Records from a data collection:
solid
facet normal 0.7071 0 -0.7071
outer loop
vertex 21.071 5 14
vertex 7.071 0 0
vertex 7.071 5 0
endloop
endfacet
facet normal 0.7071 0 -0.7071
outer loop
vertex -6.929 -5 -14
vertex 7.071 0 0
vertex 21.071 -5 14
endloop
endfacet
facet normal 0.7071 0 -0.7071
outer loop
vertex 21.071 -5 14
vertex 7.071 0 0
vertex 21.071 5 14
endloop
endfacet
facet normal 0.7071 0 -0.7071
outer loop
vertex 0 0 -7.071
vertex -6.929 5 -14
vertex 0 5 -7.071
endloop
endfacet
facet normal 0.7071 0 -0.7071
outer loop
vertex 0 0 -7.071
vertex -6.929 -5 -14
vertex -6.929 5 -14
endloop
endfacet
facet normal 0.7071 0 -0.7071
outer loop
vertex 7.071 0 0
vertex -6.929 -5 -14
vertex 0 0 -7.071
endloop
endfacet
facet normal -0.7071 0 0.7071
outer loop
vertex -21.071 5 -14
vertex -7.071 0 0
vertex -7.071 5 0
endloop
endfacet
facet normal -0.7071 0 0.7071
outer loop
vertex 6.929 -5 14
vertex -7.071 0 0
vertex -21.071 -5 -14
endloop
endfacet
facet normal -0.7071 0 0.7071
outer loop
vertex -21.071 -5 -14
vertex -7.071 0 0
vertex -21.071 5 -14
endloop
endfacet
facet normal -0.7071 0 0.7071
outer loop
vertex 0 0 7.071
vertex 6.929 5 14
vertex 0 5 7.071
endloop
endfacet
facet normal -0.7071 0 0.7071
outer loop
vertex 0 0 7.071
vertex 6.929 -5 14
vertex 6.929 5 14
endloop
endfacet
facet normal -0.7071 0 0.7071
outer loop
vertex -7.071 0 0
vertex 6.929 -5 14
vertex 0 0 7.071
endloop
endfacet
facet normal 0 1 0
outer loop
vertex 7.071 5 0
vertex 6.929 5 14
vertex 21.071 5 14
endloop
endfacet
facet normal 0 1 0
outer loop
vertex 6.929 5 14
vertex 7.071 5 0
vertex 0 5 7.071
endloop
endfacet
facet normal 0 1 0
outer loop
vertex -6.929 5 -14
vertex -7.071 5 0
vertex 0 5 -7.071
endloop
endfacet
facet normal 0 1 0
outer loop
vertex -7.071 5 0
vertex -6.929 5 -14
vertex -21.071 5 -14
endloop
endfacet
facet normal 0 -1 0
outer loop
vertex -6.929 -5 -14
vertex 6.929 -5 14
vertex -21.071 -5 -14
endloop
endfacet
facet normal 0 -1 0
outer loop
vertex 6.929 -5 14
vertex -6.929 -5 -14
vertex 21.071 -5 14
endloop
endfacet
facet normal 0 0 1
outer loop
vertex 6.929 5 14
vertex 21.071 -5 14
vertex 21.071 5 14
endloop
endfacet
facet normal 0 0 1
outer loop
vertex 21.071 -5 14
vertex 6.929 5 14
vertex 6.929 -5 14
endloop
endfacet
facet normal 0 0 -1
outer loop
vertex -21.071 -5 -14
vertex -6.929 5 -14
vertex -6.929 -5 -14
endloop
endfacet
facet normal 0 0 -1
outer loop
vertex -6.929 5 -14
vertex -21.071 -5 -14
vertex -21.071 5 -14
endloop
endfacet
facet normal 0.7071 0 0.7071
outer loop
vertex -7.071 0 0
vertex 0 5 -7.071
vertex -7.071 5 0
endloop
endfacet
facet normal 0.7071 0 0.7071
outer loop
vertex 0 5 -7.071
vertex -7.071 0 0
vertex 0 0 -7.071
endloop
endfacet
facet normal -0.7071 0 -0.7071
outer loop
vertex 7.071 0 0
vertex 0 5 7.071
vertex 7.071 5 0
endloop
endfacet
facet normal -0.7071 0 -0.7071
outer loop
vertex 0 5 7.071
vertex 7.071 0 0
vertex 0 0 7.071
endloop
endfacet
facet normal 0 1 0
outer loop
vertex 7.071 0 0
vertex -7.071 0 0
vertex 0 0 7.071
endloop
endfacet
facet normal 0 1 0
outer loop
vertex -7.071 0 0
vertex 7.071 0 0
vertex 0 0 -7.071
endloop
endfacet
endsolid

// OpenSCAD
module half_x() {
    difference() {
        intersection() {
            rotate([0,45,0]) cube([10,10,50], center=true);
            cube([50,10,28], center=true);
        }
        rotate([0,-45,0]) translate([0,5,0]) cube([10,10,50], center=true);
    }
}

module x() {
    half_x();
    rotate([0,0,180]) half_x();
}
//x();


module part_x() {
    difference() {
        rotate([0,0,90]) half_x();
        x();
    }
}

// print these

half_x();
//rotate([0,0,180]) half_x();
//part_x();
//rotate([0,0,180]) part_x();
* * *
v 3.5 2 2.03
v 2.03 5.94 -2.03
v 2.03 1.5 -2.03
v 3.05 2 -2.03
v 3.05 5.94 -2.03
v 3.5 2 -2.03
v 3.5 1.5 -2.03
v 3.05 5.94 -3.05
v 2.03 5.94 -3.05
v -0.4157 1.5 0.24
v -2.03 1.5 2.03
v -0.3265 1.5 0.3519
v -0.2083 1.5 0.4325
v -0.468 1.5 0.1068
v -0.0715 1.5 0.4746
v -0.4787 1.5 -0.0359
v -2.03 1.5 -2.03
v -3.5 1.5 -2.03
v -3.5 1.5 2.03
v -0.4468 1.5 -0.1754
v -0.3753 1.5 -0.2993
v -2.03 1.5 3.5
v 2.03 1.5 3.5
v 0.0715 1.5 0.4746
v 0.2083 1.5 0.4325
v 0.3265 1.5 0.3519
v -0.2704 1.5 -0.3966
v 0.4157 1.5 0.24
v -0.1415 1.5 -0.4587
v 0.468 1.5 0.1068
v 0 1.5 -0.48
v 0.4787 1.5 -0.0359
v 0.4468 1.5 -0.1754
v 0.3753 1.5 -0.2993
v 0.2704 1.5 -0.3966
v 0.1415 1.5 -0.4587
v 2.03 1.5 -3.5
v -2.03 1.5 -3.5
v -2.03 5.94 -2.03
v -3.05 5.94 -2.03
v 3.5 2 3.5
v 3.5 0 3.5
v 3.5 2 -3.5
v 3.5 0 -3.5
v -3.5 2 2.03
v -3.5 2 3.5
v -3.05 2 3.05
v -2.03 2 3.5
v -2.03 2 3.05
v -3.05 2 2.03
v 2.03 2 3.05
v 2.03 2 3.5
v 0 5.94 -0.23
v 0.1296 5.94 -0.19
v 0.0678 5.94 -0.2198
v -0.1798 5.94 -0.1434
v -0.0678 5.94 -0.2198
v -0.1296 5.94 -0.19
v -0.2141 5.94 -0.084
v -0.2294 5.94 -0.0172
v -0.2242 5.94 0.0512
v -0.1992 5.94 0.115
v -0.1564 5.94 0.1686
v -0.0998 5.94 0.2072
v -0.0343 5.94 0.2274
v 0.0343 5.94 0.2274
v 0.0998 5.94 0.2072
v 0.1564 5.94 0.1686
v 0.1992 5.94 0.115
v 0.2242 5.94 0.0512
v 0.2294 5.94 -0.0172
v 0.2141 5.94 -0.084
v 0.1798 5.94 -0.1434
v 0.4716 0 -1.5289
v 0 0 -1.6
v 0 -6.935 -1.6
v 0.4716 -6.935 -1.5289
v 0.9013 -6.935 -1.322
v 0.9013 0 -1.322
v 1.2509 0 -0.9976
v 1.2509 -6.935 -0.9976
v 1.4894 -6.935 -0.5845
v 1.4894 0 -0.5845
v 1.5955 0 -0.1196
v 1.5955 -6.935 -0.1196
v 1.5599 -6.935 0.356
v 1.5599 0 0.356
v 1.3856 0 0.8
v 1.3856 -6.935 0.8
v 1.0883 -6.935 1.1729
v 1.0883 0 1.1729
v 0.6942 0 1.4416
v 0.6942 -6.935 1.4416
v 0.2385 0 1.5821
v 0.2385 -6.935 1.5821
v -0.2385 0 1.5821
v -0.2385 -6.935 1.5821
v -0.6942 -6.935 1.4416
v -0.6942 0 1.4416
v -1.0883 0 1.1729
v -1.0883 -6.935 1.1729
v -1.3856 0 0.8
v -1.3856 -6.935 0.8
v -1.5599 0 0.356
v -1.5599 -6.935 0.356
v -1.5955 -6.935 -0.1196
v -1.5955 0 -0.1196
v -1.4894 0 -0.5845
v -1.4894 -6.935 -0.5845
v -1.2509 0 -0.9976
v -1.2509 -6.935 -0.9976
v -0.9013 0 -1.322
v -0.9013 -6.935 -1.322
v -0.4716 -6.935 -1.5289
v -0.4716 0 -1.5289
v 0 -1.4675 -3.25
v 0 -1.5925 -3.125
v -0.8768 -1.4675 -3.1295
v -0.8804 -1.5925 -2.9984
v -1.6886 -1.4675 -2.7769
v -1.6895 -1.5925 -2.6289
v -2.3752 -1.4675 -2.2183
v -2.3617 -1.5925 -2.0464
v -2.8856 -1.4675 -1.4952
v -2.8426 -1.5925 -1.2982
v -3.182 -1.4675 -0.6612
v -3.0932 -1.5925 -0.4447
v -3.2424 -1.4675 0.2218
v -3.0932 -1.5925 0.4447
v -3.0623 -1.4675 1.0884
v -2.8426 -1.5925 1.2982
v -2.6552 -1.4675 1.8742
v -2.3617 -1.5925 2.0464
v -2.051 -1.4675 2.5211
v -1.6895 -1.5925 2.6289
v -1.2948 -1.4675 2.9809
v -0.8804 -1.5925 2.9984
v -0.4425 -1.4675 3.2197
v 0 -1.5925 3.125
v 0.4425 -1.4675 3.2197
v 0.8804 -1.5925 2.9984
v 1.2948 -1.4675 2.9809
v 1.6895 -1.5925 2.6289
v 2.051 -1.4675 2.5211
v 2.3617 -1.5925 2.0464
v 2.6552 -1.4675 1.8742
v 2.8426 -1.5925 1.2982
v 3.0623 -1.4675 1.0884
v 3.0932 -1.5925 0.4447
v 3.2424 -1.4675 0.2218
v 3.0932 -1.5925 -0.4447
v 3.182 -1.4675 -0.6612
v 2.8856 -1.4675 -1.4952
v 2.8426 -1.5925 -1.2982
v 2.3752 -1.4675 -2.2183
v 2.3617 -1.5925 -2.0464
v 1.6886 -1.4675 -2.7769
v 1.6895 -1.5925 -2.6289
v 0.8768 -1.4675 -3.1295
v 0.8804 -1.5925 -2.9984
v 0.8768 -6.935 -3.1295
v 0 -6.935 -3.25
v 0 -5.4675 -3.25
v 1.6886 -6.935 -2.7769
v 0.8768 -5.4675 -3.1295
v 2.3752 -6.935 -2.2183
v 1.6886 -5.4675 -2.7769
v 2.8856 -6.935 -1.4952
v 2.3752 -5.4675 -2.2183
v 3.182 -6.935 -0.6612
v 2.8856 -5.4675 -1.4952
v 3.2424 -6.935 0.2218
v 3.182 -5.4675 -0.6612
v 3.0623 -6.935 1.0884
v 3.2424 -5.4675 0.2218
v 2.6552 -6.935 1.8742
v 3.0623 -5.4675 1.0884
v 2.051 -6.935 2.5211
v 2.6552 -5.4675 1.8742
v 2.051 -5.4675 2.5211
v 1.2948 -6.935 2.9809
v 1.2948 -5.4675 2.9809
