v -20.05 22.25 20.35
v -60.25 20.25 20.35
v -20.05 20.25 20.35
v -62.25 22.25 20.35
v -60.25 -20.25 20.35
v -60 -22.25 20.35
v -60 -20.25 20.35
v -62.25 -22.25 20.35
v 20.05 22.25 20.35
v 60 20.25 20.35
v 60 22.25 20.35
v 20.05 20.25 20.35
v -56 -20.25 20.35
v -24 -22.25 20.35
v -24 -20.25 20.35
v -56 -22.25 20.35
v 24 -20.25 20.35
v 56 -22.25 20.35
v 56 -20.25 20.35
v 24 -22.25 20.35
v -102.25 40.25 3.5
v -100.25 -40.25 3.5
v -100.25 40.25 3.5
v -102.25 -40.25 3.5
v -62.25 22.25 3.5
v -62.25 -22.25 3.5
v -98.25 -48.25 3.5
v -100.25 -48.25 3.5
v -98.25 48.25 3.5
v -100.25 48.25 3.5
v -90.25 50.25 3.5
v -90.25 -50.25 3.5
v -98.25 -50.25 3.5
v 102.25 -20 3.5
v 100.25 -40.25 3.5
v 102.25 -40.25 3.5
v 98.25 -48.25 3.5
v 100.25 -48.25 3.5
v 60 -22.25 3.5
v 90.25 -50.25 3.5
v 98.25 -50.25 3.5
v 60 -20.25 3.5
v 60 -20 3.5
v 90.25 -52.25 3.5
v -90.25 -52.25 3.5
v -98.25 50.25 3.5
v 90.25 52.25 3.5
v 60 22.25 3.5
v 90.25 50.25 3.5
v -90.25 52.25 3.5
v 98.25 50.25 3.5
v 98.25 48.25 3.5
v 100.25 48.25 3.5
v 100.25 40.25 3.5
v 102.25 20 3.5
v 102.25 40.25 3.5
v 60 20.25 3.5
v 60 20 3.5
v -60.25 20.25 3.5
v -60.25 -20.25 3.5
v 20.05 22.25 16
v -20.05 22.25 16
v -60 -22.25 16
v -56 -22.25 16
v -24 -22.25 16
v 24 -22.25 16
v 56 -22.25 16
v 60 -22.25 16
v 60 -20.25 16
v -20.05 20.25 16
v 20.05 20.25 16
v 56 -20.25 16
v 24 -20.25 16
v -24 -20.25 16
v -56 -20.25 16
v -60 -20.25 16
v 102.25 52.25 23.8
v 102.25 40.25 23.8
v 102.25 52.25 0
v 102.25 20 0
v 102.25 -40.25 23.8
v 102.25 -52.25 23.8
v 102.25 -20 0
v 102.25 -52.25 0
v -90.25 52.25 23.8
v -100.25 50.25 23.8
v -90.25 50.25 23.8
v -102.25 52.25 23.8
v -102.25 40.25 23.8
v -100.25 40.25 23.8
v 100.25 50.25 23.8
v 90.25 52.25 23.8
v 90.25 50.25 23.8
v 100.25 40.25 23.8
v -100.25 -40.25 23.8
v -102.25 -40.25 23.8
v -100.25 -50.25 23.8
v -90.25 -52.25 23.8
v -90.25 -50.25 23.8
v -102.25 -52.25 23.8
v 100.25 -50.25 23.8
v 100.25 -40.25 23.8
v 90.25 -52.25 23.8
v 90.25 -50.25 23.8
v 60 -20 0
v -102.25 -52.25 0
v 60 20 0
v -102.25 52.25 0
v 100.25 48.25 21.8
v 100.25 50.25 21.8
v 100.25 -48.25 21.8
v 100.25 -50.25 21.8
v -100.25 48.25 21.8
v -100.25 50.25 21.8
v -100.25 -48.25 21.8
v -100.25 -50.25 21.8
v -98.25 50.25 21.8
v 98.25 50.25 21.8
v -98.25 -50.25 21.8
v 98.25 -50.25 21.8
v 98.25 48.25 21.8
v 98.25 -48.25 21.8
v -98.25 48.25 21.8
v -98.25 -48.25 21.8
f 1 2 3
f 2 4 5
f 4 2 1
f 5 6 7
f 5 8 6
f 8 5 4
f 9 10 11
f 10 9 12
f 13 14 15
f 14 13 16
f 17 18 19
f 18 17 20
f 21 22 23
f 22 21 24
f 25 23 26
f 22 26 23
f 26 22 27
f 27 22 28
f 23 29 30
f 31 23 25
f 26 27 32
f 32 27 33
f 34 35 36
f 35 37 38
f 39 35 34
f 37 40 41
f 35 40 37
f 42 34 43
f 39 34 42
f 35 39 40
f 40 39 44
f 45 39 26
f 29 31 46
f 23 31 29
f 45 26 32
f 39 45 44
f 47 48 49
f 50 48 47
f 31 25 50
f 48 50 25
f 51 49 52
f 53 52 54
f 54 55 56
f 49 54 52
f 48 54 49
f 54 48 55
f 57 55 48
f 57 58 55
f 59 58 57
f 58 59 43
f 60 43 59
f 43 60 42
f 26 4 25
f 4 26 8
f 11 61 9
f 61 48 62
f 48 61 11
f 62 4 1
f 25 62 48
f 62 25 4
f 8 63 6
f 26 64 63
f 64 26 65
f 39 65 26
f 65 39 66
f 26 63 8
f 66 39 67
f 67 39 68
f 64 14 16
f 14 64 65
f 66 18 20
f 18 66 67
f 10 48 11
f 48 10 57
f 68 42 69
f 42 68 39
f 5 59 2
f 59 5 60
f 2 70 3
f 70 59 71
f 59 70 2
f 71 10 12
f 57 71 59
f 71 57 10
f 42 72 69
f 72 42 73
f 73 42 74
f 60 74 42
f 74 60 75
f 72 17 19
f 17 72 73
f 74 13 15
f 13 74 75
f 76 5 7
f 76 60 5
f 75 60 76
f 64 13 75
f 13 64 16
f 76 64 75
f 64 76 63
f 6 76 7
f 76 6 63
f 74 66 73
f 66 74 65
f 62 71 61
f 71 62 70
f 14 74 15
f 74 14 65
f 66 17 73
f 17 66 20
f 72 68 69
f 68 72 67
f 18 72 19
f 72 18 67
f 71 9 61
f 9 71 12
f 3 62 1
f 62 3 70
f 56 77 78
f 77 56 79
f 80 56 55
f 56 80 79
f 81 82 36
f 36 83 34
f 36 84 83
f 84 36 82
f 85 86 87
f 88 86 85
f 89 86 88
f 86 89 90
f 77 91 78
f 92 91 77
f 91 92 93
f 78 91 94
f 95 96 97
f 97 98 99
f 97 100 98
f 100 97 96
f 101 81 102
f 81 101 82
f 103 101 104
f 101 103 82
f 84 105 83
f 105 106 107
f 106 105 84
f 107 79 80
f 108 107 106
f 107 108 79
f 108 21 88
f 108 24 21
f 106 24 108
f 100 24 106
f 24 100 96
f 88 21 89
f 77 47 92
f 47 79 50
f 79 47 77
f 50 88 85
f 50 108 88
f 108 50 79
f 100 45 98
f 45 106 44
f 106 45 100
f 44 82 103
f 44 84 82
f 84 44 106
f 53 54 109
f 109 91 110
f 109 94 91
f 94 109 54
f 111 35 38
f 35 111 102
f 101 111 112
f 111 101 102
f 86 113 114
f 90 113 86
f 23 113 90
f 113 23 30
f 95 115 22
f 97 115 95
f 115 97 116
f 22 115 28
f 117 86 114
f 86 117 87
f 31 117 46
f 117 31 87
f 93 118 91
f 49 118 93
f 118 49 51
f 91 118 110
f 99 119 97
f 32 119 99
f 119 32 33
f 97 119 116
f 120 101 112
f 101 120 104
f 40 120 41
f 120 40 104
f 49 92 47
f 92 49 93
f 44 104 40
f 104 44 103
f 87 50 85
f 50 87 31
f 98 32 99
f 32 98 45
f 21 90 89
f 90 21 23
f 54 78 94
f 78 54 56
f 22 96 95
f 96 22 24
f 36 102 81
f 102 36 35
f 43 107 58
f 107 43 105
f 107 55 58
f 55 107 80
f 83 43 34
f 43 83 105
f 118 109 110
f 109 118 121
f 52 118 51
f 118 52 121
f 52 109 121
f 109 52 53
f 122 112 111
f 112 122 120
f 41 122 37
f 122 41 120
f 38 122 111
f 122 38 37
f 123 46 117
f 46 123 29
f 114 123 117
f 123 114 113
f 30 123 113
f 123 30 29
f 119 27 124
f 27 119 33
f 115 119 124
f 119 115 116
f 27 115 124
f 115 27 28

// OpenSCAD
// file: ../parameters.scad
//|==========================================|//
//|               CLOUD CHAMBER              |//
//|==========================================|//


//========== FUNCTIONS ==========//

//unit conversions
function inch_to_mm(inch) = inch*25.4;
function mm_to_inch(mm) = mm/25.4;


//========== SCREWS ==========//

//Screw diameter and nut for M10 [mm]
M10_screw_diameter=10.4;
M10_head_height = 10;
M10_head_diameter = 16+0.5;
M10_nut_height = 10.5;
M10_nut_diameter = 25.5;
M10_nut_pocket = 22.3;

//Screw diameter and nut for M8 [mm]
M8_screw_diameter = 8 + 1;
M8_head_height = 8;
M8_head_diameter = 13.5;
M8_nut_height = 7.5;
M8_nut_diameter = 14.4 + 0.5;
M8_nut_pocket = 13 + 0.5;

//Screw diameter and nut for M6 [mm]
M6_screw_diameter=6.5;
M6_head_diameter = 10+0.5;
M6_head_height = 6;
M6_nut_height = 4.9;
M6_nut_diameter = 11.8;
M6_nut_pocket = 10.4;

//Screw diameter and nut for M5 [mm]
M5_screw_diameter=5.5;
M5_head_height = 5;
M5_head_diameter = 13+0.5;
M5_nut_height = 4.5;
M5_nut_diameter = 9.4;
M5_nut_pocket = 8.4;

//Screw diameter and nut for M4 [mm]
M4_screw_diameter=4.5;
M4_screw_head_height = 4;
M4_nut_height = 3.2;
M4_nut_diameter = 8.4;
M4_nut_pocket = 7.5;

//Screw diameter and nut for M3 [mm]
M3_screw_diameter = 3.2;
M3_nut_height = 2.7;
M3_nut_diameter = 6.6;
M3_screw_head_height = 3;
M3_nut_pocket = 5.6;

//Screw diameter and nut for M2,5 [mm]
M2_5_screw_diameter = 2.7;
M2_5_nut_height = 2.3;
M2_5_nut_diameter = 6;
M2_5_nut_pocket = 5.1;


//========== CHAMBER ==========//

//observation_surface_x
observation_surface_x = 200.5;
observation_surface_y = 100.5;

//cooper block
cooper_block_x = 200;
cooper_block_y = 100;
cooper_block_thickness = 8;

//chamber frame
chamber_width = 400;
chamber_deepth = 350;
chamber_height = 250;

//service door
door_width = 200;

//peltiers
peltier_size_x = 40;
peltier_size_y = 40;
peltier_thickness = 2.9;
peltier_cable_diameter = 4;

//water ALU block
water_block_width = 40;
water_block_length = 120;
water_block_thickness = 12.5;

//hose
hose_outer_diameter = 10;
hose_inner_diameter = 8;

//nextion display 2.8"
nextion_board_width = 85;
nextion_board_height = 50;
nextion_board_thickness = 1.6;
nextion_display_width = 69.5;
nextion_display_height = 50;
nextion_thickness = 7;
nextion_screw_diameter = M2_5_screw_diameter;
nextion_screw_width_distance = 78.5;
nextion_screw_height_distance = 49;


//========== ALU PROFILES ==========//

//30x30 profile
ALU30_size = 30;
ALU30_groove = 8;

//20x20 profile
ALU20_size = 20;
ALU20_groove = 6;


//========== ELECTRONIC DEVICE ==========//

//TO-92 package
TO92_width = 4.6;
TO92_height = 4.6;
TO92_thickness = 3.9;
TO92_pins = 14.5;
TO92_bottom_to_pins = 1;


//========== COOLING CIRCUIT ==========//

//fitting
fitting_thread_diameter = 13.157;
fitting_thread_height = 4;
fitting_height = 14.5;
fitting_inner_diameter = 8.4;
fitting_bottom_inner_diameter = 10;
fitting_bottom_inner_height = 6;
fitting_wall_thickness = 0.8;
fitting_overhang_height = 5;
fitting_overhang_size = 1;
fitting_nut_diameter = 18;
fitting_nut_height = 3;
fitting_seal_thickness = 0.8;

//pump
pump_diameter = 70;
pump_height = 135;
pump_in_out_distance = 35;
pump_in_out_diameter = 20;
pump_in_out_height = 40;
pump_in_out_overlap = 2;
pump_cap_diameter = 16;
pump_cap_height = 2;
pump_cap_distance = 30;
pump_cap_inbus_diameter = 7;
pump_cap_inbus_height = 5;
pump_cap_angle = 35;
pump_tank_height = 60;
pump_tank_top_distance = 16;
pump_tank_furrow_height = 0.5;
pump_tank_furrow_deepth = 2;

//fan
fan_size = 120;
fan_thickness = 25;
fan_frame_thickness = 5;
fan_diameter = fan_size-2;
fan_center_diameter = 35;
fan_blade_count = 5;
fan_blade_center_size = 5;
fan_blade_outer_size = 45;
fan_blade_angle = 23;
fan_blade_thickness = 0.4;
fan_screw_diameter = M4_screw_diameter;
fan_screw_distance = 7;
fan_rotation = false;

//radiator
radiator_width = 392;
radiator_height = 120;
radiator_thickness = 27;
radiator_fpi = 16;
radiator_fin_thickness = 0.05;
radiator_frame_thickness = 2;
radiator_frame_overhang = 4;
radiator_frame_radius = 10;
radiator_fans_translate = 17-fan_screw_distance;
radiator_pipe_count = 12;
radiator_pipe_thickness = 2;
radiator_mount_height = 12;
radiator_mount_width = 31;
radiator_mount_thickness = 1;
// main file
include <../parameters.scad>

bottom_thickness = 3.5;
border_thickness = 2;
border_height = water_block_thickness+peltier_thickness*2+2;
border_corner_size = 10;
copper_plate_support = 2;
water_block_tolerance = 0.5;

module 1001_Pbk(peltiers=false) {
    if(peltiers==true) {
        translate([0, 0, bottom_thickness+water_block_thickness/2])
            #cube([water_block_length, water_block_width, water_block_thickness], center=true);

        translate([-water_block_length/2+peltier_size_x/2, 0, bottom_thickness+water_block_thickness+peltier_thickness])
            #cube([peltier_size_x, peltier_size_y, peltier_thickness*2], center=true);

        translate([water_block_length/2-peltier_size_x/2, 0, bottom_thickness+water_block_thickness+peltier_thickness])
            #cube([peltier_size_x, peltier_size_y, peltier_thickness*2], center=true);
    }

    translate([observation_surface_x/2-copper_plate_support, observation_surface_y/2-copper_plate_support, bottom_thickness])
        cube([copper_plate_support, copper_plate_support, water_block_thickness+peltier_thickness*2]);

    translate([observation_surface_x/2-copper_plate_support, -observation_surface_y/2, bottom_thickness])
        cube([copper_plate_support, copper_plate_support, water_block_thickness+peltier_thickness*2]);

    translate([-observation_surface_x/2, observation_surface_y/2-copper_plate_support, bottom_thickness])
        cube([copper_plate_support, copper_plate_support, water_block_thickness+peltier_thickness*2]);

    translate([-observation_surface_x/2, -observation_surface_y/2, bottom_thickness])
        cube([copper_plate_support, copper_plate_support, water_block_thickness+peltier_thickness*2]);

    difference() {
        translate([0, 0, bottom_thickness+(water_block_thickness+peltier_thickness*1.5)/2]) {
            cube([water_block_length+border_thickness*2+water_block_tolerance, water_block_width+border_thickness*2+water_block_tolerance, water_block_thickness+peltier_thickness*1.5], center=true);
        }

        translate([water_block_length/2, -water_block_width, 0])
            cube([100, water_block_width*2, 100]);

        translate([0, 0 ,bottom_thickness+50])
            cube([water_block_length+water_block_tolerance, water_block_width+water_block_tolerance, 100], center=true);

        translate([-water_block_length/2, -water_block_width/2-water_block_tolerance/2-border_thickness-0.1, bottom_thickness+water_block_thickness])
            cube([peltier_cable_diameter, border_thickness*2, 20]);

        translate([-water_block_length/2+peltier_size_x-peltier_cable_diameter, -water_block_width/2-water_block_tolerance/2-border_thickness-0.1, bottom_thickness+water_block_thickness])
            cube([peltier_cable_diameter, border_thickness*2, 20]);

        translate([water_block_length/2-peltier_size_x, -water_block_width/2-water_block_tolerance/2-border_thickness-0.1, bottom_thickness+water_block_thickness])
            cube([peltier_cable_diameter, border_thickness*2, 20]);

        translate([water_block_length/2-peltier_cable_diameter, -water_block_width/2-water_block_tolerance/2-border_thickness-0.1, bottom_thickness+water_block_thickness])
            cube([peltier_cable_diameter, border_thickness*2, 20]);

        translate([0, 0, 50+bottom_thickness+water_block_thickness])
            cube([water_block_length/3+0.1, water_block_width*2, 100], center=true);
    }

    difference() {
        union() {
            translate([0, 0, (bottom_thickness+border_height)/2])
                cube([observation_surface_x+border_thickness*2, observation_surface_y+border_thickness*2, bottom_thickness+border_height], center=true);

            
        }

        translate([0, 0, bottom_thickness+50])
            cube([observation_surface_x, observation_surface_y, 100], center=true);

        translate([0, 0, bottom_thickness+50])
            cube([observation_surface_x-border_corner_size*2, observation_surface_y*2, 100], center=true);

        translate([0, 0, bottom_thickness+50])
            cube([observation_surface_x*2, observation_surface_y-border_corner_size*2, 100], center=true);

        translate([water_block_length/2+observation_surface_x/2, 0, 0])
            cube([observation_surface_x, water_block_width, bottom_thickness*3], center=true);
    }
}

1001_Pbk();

REQUIRED WORK: Reproduce exactly the entries above, limited to the lines from the one with "v 0 1.5 -0.48" through the one with "v -0.9013 -6.935 -1.322", both included.

ANSWER SPACE:
v 0 1.5 -0.48
v 0.4787 1.5 -0.0359
v 0.4468 1.5 -0.1754
v 0.3753 1.5 -0.2993
v 0.2704 1.5 -0.3966
v 0.1415 1.5 -0.4587
v 2.03 1.5 -3.5
v -2.03 1.5 -3.5
v -2.03 5.94 -2.03
v -3.05 5.94 -2.03
v 3.5 2 3.5
v 3.5 0 3.5
v 3.5 2 -3.5
v 3.5 0 -3.5
v -3.5 2 2.03
v -3.5 2 3.5
v -3.05 2 3.05
v -2.03 2 3.5
v -2.03 2 3.05
v -3.05 2 2.03
v 2.03 2 3.05
v 2.03 2 3.5
v 0 5.94 -0.23
v 0.1296 5.94 -0.19
v 0.0678 5.94 -0.2198
v -0.1798 5.94 -0.1434
v -0.0678 5.94 -0.2198
v -0.1296 5.94 -0.19
v -0.2141 5.94 -0.084
v -0.2294 5.94 -0.0172
v -0.2242 5.94 0.0512
v -0.1992 5.94 0.115
v -0.1564 5.94 0.1686
v -0.0998 5.94 0.2072
v -0.0343 5.94 0.2274
v 0.0343 5.94 0.2274
v 0.0998 5.94 0.2072
v 0.1564 5.94 0.1686
v 0.1992 5.94 0.115
v 0.2242 5.94 0.0512
v 0.2294 5.94 -0.0172
v 0.2141 5.94 -0.084
v 0.1798 5.94 -0.1434
v 0.4716 0 -1.5289
v 0 0 -1.6
v 0 -6.935 -1.6
v 0.4716 -6.935 -1.5289
v 0.9013 -6.935 -1.322
v 0.9013 0 -1.322
v 1.2509 0 -0.9976
v 1.2509 -6.935 -0.9976
v 1.4894 -6.935 -0.5845
v 1.4894 0 -0.5845
v 1.5955 0 -0.1196
v 1.5955 -6.935 -0.1196
v 1.5599 -6.935 0.356
v 1.5599 0 0.356
v 1.3856 0 0.8
v 1.3856 -6.935 0.8
v 1.0883 -6.935 1.1729
v 1.0883 0 1.1729
v 0.6942 0 1.4416
v 0.6942 -6.935 1.4416
v 0.2385 0 1.5821
v 0.2385 -6.935 1.5821
v -0.2385 0 1.5821
v -0.2385 -6.935 1.5821
v -0.6942 -6.935 1.4416
v -0.6942 0 1.4416
v -1.0883 0 1.1729
v -1.0883 -6.935 1.1729
v -1.3856 0 0.8
v -1.3856 -6.935 0.8
v -1.5599 0 0.356
v -1.5599 -6.935 0.356
v -1.5955 -6.935 -0.1196
v -1.5955 0 -0.1196
v -1.4894 0 -0.5845
v -1.4894 -6.935 -0.5845
v -1.2509 0 -0.9976
v -1.2509 -6.935 -0.9976
v -0.9013 0 -1.322
v -0.9013 -6.935 -1.322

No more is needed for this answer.